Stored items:
********************

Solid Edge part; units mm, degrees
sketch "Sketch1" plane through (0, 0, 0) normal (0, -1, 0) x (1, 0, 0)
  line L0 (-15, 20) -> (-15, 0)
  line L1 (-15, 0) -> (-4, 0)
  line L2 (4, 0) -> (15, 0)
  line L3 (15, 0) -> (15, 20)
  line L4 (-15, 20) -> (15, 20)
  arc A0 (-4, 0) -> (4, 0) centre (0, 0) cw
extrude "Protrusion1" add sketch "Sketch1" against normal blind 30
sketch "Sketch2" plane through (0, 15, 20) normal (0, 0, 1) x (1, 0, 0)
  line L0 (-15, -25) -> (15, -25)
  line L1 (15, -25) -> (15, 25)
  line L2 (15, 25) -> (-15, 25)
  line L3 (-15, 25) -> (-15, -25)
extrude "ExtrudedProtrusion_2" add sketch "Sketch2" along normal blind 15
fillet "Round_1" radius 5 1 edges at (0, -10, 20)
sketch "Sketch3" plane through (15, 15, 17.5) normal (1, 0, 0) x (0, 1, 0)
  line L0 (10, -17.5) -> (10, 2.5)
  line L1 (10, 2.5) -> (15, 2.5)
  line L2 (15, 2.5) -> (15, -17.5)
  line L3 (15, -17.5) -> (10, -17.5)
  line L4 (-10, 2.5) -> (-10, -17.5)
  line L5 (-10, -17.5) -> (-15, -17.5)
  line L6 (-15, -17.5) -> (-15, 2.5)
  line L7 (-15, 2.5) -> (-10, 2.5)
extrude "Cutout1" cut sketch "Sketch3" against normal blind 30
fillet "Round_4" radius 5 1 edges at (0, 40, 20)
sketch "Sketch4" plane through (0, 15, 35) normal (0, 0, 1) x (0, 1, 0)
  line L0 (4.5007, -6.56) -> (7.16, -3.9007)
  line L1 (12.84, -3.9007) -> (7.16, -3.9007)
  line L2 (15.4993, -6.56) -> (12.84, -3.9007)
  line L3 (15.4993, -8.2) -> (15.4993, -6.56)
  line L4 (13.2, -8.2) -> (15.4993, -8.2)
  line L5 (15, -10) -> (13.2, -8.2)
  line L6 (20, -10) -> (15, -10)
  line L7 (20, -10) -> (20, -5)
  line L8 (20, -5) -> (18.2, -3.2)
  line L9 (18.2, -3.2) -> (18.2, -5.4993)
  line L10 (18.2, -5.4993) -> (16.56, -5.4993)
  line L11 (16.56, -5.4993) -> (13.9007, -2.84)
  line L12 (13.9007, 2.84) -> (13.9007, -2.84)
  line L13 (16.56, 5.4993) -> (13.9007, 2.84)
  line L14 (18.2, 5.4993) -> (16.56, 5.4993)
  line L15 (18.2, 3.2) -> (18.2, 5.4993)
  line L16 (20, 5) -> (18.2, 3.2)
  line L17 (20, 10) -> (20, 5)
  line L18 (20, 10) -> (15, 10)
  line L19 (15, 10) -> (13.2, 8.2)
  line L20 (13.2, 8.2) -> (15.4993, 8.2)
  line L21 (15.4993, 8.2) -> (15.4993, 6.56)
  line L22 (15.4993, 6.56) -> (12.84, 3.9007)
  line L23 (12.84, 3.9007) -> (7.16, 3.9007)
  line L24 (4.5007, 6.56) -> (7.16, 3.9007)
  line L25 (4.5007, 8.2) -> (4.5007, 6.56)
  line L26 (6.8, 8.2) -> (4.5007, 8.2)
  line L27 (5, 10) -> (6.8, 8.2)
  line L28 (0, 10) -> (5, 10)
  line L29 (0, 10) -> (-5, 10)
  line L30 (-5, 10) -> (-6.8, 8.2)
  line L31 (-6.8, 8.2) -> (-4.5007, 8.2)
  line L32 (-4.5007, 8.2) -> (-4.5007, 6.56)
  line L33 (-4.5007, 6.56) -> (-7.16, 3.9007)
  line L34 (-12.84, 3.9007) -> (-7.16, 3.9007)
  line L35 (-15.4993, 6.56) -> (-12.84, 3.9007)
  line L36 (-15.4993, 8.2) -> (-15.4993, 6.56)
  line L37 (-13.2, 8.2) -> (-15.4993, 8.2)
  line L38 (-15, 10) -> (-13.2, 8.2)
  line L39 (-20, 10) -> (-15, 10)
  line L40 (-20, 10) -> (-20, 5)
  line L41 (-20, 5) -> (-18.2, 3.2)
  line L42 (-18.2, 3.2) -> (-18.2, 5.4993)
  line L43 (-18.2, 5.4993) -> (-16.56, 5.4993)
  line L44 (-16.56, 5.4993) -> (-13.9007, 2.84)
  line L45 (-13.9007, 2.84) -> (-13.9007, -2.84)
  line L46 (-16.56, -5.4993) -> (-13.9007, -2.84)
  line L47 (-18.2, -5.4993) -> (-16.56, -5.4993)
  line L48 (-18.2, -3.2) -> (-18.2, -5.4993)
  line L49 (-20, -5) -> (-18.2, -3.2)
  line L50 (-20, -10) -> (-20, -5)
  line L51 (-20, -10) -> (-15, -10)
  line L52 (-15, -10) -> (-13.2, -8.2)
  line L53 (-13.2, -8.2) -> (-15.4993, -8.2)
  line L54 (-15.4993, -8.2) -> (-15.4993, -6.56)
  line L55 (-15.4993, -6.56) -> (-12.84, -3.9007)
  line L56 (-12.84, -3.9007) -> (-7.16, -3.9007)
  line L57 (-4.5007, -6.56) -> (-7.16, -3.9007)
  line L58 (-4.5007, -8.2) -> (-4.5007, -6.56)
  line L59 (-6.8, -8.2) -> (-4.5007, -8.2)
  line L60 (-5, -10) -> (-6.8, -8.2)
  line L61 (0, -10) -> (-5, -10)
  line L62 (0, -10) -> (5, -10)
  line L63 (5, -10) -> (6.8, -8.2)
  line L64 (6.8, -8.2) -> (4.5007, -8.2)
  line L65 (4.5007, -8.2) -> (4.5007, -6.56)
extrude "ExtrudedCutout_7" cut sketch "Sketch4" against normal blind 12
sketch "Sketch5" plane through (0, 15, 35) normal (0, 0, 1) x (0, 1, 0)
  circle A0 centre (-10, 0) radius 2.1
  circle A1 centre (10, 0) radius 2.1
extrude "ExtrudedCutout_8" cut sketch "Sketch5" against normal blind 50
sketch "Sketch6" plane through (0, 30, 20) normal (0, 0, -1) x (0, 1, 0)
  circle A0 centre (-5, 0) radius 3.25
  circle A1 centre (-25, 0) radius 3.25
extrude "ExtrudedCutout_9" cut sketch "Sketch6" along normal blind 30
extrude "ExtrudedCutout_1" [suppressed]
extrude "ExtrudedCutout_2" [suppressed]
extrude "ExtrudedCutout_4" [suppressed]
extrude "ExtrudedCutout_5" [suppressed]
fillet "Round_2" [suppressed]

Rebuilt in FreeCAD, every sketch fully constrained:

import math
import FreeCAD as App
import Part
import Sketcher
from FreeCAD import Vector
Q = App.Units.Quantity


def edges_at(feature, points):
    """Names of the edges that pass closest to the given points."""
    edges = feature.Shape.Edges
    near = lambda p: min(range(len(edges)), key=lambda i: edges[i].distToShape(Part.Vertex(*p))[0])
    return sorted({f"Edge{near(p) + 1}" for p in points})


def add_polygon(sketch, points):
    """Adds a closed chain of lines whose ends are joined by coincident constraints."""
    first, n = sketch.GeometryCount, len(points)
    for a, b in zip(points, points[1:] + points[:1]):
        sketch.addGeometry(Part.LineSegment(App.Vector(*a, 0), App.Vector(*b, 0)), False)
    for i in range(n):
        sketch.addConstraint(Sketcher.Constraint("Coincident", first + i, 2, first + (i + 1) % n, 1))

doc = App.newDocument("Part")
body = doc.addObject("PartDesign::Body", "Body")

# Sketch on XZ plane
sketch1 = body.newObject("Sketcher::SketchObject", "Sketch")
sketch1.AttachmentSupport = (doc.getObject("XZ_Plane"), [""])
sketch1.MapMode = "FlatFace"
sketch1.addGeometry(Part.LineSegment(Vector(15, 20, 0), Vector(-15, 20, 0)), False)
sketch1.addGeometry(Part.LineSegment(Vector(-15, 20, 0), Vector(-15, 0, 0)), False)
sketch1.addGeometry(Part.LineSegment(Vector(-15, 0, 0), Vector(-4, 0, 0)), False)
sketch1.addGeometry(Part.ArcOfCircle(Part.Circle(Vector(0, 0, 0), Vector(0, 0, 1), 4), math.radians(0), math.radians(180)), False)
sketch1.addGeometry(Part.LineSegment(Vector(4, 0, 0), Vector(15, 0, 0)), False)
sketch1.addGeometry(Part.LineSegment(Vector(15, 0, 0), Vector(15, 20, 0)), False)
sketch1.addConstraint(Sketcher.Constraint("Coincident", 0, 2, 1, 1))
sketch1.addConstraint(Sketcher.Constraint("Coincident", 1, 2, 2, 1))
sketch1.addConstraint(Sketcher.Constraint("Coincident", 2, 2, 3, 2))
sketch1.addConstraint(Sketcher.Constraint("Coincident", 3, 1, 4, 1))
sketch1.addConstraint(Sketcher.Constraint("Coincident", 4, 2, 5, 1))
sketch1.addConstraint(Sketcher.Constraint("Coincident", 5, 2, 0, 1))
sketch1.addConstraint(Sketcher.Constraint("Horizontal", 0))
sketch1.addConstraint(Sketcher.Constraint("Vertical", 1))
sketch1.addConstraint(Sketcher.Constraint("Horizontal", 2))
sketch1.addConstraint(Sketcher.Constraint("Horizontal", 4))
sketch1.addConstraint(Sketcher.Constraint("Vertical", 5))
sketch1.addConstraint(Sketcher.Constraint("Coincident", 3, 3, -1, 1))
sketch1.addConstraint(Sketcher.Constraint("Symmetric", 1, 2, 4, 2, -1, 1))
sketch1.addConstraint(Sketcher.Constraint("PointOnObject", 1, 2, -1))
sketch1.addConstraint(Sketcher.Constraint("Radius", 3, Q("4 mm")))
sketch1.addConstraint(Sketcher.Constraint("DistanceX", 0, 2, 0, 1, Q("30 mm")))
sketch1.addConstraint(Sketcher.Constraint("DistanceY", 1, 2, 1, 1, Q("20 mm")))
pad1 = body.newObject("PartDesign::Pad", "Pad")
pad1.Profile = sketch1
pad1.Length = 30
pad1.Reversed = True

********************

When you have gone through the records above, say how many lines include the word "blind", and write nothing besides that number.

6